Redlands #1


Redlands #1

Publisher: Image comics, Inc.

Writer: Jordie Bellaire

Artist: Vanesa R. Del Rey

Colors: Jordie Bellaire

Letters: Clayton Cowles

Review by PeteR

Redlands #1 starts scary confusing and ends crazy good. Redlands County is run by your archetype, red-neck, misogynistic, Confederate flag waving, back woods Sheriff. Lynching women for witchcraft and locking up people of color for breathing while black seems to be standard police work for him and his deputies. The problem with lynching witches is, sometimes all that does is make them mad.

Long story short, the morally corrupt police are killed. Their prisoners, who we do not know what, if any crimes they may have committed are released. The Sherriff doesn’t even have a name. He is more a symbol than anything else.  The important part of the comic is towards the end when we meet the three witches, Alice, Bridget and Ro. Bridget looks downs at the defeated Sheriff and states “We’ve seen it for centuries. Kings like you take all you want and never give back. Your dynasty has come to an end. No one is left to take your throne. You’re already forgotten.” Remember, these comment are made to backwoods, sheriff. The kingdom she is relating these events to is a County in the rural part of any state.

Writer and colorist for Redlands, Jordie Bellaire, in an interview with Breeding Cool said: “Redlands is my sick, weird love letter to Stephen King, Florida and Riot Grrrls everywhere but ultimately, hate mail for everything else,” said Bellaire. “Inspired by the strange complexities of real world politics and crime, the characters of Redlands play victim and villain, attempting to understand themselves and others, through murder, magic and mayhem.”

There is a nagging feeling in the back of the mind when reading Redlands. Bellaire is trying to communicate something and its right on the tip of the tongue. What that concept is becomes apparent on the last page of the comic in the writer’s statement. Redlands isn’t just a horror comic. It’s a manifesto. A public declaration of principles. There are things going very wrong in today’s society. Redlands is going to rip away the bandage protecting accepted, yet unjust norms festering on the body politic.

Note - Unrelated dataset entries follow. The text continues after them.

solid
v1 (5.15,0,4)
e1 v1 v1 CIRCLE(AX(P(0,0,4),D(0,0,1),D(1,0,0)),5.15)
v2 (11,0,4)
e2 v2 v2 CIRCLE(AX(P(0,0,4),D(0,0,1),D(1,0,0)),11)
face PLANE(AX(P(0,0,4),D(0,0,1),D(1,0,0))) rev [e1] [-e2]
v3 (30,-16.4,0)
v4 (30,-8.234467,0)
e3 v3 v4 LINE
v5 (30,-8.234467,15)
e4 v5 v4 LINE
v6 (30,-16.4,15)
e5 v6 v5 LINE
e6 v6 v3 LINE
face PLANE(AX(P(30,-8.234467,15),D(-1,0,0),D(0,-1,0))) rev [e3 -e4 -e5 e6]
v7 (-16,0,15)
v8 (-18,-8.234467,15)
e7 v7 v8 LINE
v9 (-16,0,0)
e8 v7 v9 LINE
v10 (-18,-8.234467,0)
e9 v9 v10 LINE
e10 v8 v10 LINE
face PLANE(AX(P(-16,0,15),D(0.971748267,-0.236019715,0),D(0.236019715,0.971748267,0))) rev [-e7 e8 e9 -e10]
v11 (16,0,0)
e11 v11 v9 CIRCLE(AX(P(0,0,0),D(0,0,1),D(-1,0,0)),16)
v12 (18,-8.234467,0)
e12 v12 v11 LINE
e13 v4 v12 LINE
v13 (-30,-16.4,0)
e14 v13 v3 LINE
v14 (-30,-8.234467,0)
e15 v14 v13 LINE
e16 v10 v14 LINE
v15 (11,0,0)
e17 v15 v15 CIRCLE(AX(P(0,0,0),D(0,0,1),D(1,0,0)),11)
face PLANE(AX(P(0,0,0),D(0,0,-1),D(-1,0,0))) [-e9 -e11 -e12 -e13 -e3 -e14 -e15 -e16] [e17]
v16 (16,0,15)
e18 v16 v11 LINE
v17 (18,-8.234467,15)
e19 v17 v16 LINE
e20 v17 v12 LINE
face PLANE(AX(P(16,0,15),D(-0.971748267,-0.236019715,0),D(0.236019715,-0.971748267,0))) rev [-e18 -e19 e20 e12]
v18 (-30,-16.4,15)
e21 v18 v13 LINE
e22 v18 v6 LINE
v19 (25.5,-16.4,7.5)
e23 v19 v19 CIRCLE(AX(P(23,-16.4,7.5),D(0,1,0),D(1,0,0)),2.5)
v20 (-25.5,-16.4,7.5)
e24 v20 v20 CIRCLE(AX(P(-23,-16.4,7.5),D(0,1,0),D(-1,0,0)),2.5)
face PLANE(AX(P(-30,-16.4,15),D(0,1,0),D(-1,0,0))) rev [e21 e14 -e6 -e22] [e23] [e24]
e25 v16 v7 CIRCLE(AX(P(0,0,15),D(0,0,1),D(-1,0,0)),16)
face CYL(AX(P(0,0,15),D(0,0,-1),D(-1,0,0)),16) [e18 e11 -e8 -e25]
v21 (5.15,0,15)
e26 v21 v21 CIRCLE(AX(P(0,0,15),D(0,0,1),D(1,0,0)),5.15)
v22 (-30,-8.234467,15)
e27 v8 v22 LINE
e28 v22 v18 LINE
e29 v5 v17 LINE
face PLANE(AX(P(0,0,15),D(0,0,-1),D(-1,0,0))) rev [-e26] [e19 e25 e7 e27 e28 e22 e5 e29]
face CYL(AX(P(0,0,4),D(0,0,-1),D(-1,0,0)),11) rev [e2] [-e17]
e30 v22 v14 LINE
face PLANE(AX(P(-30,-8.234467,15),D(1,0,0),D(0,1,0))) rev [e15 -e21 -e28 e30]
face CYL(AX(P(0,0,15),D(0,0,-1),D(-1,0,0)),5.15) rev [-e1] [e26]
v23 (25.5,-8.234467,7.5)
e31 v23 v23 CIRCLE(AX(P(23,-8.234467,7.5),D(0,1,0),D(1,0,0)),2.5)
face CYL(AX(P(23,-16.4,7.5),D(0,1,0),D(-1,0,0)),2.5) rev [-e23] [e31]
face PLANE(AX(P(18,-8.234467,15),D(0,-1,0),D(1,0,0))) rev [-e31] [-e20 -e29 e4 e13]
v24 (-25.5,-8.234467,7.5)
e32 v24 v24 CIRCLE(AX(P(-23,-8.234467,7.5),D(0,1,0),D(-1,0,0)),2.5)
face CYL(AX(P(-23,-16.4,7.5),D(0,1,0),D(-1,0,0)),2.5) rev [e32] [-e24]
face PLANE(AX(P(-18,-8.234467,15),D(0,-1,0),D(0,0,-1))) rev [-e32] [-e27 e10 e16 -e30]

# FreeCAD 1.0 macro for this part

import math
import FreeCAD as App
import Part
import Sketcher

V = App.Vector
Q = App.Units.Quantity

doc = App.newDocument("Part")
body = doc.addObject("PartDesign::Body", "Body")

sketch1 = doc.addObject("Sketcher::SketchObject", "Sketch")
body.addObject(sketch1)
sketch1.AttachmentSupport = (doc.XY_Plane, [""])
sketch1.MapMode = "FlatFace"
sketch1.addGeometry(Part.LineSegment(V(-16, 0, 0), V(-18, -8, 0)), False)
sketch1.addGeometry(Part.LineSegment(V(-18, -8, 0), V(-30, -8, 0)), False)
sketch1.addGeometry(Part.LineSegment(V(-30, -8, 0), V(-30, -16, 0)), False)
sketch1.addGeometry(Part.LineSegment(V(-30, -16, 0), V(30, -16, 0)), False)
sketch1.addGeometry(Part.LineSegment(V(30, -16, 0), V(30, -8, 0)), False)
sketch1.addGeometry(Part.LineSegment(V(30, -8, 0), V(18, -8, 0)), False)
sketch1.addGeometry(Part.LineSegment(V(18, -8, 0), V(16, 0, 0)), False)
sketch1.addGeometry(Part.ArcOfCircle(Part.Circle(V(0, 0, 0), V(0, 0, 1), 16), math.radians(0), math.radians(180)), False)
sketch1.addGeometry(Part.Circle(V(0, 0, 0), V(0, 0, 1), 5), False)
sketch1.addConstraint(Sketcher.Constraint("Coincident", 0, 2, 1, 1))
sketch1.addConstraint(Sketcher.Constraint("Coincident", 1, 2, 2, 1))
sketch1.addConstraint(Sketcher.Constraint("Coincident", 2, 2, 3, 1))
sketch1.addConstraint(Sketcher.Constraint("Coincident", 3, 2, 4, 1))
sketch1.addConstraint(Sketcher.Constraint("Coincident", 4, 2, 5, 1))
sketch1.addConstraint(Sketcher.Constraint("Coincident", 5, 2, 6, 1))
sketch1.addConstraint(Sketcher.Constraint("Coincident", 6, 2, 7, 1))
sketch1.addConstraint(Sketcher.Constraint("Coincident", 7, 2, 0, 1))
sketch1.addConstraint(Sketcher.Constraint("Horizontal", 1))
sketch1.addConstraint(Sketcher.Constraint("Vertical", 2))
sketch1.addConstraint(Sketcher.Constraint("Horizontal", 3))
sketch1.addConstraint(Sketcher.Constraint("Vertical", 4))
sketch1.addConstraint(Sketcher.Constraint("Horizontal", 5))
sketch1.addConstraint(Sketcher.Constraint("Coincident", 7, 3, -1, 1))
sketch1.addConstraint(Sketcher.Constraint("Coincident", 8, 3, -1, 1))
sketch1.addConstraint(Sketcher.Constraint("Symmetric", 1, 2, 4, 2, -2))
sketch1.addConstraint(Sketcher.Constraint("PointOnObject", 6, 2, -1))
sketch1.addConstraint(Sketcher.Constraint("PointOnObject", 7, 2, -1))
sketch1.addConstraint(Sketcher.Constraint("Equal", 1, 5))
sketch1.addConstraint(Sketcher.Constraint("Radius", 7, Q("16 mm")))
sketch1.addConstraint(Sketcher.Constraint("Diameter", 8, Q("10.3 mm")))
sketch1.addConstraint(Sketcher.Constraint("DistanceX", 1, 2, 1, 1, Q("12 mm")))
sketch1.addConstraint(Sketcher.Constraint("DistanceX", 3, 1, 3, 2, Q("60 mm")))
sketch1.addConstraint(Sketcher.Constraint("DistanceY", 2, 2, -1, 1, Q("16.4 mm")))
sketch1.addConstraint(Sketcher.Constraint("Distance", 0, Q("8.473868 mm")))
pad1 = doc.addObject("PartDesign::Pad", "Pad")
body.addObject(pad1)
pad1.Profile = sketch1
pad1.Length = 15

sketch2 = doc.addObject("Sketcher::SketchObject", "Sketch001")
body.addObject(sketch2)
sketch2.AttachmentSupport = (doc.XY_Plane, [""])
sketch2.MapMode = "FlatFace"
sketch2.addGeometry(Part.Circle(V(0, 0, 0), V(0, 0, 1), 11), False)
sketch2.addConstraint(Sketcher.Constraint("Coincident", 0, 3, -1, 1))
sketch2.addConstraint(Sketcher.Constraint("Diameter", 0, Q("22 mm")))
pocket1 = doc.addObject("PartDesign::Pocket", "Pocket")
body.addObject(pocket1)
pocket1.Profile = sketch2
pocket1.Length = 4
pocket1.Reversed = True

sketch3 = doc.addObject("Sketcher::SketchObject", "Sketch002")
body.addObject(sketch3)
sketch3.AttachmentSupport = (doc.XZ_Plane, [""])
sketch3.MapMode = "FlatFace"
sketch3.AttachmentOffset = App.Placement(V(0, 0, 8.234467), App.Rotation())
sketch3.addGeometry(Part.Circle(V(-23, 7.5, 0), V(0, 0, 1), 2.5), False)
sketch3.addGeometry(Part.Circle(V(23, 7.5, 0), V(0, 0, 1), 2.5), False)
sketch3.addConstraint(Sketcher.Constraint("Equal", 0, 1))
sketch3.addConstraint(Sketcher.Constraint("Symmetric", 0, 3, 1, 3, -2))
sketch3.addConstraint(Sketcher.Constraint("Diameter", 0, Q("5 mm")))
sketch3.addConstraint(Sketcher.Constraint("DistanceX", 0, 3, -1, 1, Q("23 mm")))
sketch3.addConstraint(Sketcher.Constraint("DistanceY", -1, 1, 0, 3, Q("7.5 mm")))
pocket2 = doc.addObject("PartDesign::Pocket", "Pocket001")
body.addObject(pocket2)
pocket2.Profile = sketch3
pocket2.Type = "ThroughAll"
pocket2.Reversed = True

doc.recompute()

Vanesa R. Del Rey’s art in Redlands #1 is raw, almost unrefined. Her art conveys more emotion than detail. This is not the polished styles of the likes of Steve Rude, Alex Raymond or even Howard Nostrand.   It is also very different than Del Rey’s art in Hit 1955 which had more of an Alex Toth sensibility to it. I found the art in Redland to be ugly but the story is ugly so the art is deliberately consistent with the content.

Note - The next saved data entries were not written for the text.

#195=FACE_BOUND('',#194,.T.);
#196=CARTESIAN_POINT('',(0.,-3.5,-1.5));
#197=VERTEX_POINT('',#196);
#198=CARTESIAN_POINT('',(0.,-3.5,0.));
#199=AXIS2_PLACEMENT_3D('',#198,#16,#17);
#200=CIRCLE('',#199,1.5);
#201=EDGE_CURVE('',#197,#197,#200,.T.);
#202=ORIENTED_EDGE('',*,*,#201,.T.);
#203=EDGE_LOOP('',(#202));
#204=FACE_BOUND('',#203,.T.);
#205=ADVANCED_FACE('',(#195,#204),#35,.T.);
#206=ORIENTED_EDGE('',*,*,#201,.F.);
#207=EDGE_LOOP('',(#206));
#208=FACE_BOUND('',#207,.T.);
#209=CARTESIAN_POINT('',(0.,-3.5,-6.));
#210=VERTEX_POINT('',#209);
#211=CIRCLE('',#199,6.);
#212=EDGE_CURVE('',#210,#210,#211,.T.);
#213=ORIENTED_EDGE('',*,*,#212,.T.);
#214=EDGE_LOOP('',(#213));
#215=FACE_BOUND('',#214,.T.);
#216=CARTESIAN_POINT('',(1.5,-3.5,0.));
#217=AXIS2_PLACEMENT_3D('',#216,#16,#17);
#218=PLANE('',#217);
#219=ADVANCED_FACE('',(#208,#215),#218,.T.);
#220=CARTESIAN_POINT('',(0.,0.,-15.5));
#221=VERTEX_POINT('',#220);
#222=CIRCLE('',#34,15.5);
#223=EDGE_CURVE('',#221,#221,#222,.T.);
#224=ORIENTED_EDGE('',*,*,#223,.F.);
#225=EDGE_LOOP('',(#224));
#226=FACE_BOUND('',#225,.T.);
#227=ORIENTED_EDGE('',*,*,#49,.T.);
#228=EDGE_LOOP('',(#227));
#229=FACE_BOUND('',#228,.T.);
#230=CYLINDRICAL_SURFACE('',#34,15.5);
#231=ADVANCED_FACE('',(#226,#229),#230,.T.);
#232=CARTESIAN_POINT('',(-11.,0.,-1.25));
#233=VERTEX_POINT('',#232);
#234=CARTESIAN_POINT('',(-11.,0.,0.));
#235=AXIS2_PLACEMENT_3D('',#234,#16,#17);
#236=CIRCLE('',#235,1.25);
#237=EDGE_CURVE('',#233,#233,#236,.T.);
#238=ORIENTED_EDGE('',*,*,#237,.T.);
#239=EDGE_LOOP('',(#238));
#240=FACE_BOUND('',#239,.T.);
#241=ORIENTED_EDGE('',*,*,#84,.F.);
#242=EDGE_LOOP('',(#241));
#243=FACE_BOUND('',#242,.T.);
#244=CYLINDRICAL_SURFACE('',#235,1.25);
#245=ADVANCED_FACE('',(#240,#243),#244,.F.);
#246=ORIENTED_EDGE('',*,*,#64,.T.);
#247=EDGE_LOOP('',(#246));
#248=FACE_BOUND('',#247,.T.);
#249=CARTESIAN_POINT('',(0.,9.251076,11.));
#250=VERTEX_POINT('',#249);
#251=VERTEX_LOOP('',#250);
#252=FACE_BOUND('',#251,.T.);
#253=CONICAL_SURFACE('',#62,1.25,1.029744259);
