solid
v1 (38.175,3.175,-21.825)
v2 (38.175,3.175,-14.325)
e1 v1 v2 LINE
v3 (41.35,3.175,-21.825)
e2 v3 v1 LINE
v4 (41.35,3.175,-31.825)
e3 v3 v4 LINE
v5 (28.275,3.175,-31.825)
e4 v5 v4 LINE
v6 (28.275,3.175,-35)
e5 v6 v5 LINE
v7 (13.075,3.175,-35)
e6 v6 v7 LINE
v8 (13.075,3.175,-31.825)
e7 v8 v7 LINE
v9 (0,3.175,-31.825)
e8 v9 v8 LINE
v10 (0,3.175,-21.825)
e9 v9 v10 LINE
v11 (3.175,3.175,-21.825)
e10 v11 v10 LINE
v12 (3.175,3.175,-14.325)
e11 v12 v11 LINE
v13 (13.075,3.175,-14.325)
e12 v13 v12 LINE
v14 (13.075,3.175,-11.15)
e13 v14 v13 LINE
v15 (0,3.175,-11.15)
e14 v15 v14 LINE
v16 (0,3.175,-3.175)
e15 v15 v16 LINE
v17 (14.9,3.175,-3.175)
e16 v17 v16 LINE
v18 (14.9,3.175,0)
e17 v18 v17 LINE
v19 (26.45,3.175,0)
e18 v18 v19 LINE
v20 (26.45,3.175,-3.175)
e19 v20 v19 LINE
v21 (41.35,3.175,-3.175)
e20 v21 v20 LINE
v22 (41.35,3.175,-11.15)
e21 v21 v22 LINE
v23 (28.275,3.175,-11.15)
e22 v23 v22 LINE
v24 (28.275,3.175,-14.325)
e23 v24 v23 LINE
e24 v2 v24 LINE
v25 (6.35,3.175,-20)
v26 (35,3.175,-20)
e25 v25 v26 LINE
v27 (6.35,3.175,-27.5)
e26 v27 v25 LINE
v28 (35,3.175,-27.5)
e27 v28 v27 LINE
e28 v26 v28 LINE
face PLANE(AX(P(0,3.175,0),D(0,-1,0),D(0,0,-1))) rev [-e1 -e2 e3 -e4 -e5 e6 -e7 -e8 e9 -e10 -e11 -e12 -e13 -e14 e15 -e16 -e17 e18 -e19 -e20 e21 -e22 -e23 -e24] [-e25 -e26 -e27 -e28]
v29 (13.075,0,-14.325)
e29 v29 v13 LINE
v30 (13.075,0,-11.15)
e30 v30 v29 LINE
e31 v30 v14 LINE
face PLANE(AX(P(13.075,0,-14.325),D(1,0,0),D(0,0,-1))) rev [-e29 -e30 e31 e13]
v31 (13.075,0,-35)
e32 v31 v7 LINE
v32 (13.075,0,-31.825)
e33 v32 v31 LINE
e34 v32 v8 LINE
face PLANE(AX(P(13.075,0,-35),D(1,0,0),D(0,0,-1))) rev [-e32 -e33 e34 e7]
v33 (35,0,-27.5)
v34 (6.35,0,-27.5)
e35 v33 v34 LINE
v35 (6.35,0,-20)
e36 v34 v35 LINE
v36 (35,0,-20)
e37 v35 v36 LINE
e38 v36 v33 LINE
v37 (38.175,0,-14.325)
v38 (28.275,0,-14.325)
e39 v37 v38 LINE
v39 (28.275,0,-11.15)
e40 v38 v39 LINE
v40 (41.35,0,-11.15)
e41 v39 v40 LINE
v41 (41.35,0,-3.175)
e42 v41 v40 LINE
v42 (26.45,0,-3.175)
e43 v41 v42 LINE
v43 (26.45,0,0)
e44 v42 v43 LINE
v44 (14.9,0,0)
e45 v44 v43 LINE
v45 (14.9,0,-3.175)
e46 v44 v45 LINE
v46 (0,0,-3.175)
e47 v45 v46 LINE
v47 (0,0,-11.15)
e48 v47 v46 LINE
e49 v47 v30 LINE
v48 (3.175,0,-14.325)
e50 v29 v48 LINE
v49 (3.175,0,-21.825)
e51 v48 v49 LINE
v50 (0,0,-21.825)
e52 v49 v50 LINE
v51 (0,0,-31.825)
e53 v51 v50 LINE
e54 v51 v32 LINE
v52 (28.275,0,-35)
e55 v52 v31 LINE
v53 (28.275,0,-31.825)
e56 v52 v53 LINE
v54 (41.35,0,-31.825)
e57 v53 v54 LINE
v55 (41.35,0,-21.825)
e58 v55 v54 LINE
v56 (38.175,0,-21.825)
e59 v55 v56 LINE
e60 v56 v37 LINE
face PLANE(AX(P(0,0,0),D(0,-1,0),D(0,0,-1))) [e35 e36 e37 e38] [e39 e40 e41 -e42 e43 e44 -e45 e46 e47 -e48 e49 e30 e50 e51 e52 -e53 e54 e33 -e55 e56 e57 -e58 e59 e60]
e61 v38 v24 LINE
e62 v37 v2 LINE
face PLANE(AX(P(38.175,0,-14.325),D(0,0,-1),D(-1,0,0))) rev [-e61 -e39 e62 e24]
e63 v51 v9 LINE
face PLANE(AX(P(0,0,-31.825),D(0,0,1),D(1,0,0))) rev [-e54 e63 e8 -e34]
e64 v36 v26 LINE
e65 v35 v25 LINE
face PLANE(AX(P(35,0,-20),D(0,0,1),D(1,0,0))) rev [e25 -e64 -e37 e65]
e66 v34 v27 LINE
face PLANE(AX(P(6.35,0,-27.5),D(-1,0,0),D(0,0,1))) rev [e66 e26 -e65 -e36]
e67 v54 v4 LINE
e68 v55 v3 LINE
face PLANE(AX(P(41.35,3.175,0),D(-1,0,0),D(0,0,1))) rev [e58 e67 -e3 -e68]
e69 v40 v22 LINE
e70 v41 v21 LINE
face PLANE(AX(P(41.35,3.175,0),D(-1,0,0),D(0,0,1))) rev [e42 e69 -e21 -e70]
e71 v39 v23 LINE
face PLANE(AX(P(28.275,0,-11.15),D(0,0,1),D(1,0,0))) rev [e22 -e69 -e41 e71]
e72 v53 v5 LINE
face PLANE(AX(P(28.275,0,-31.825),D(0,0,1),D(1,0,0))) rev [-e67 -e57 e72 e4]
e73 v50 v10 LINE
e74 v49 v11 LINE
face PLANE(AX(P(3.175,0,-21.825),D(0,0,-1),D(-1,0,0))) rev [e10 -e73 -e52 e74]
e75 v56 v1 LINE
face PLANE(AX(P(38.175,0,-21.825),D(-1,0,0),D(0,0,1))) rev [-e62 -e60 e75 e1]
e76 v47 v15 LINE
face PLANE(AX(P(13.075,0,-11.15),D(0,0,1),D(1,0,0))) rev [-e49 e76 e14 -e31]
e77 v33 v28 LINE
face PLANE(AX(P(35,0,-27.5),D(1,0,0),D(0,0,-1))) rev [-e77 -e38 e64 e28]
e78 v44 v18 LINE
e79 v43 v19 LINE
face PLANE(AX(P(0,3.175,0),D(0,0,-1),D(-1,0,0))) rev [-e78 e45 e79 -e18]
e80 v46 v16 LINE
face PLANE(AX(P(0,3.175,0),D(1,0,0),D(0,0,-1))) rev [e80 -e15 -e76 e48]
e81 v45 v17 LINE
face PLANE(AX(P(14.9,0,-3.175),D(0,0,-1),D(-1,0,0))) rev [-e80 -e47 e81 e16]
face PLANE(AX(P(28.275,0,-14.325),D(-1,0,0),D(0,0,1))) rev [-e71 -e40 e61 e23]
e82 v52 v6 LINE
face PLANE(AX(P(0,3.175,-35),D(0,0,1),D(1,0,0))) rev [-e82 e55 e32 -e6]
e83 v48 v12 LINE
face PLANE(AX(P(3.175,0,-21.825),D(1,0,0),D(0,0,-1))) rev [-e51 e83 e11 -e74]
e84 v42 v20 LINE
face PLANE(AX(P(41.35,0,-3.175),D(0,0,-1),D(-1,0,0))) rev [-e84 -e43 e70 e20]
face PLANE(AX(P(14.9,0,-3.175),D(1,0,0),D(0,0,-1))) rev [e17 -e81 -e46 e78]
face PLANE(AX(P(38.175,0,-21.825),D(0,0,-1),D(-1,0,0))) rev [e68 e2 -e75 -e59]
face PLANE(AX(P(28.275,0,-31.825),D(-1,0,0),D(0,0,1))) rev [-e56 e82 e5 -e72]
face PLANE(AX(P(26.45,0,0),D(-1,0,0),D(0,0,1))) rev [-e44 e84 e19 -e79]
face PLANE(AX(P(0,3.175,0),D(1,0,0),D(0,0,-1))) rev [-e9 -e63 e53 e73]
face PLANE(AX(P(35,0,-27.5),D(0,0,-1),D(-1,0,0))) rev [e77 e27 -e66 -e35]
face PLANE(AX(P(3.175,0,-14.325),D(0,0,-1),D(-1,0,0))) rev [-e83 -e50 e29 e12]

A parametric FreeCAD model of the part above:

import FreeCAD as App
import Part
import Sketcher
Q = App.Units.Quantity

doc = App.newDocument("Part")
body = doc.addObject("PartDesign::Body", "Body")

# Sketch on XZ plane
sketch1 = body.newObject("Sketcher::SketchObject", "Sketch")
sketch1.AttachmentSupport = (doc.getObject("XZ_Plane"), [""])
sketch1.MapMode = "FlatFace"
sketch1.addGeometry(Part.LineSegment(App.Vector(0, -35, 0), App.Vector(0, 0, 0)), False)
sketch1.addGeometry(Part.LineSegment(App.Vector(0, 0, 0), App.Vector(41, 0, 0)), False)
sketch1.addGeometry(Part.LineSegment(App.Vector(41, 0, 0), App.Vector(41, -35, 0)), False)
sketch1.addGeometry(Part.LineSegment(App.Vector(41, -35, 0), App.Vector(0, -35, 0)), False)
sketch1.addConstraint(Sketcher.Constraint("Coincident", 0, 2, 1, 1))
sketch1.addConstraint(Sketcher.Constraint("Coincident", 1, 2, 2, 1))
sketch1.addConstraint(Sketcher.Constraint("Coincident", 2, 2, 3, 1))
sketch1.addConstraint(Sketcher.Constraint("Coincident", 3, 2, 0, 1))
sketch1.addConstraint(Sketcher.Constraint("Vertical", 0))
sketch1.addConstraint(Sketcher.Constraint("Horizontal", 1))
sketch1.addConstraint(Sketcher.Constraint("Vertical", 2))
sketch1.addConstraint(Sketcher.Constraint("Horizontal", 3))
sketch1.addConstraint(Sketcher.Constraint("Coincident", 0, 2, -1, 1))
sketch1.addConstraint(Sketcher.Constraint("DistanceY", 0, 1, 0, 2, Q("35 mm")))
sketch1.addConstraint(Sketcher.Constraint("DistanceX", 1, 1, 1, 2, Q("41.35 mm")))
pad1 = body.newObject("PartDesign::Pad", "Pad")
pad1.Profile = sketch1
pad1.Length = 3.175
pad1.Reversed = True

Since the writer of Redlands, Jordie Bellaire is also the colorist, it’s safe to say that the pigments and hues chosen are exactly what the writer felt the story called for. I am looking forward to seeing her coloring in future issues of Redlands that do not take place at night lit by fire.

Clayton Cowles does the lettering for Redlands #1. What perked my curiosity was he is normally listed as VC’S Clayton Cowles. The typeface for the dialogue is not the standard comic book font. It is different than usual, slightly off. The words themselves suggest that something is very wrong with the events chronicled in this comic.

Why you should buy this book? Jordie Bellaire is known mostly for her prolific work as a colorist. It is apparent that she has a story to tell and has the ability to write it in a compelling and captivating manner. I am not a fan of horror comics but I am fascinated where this series is possibly going and how it’s going to arrive there.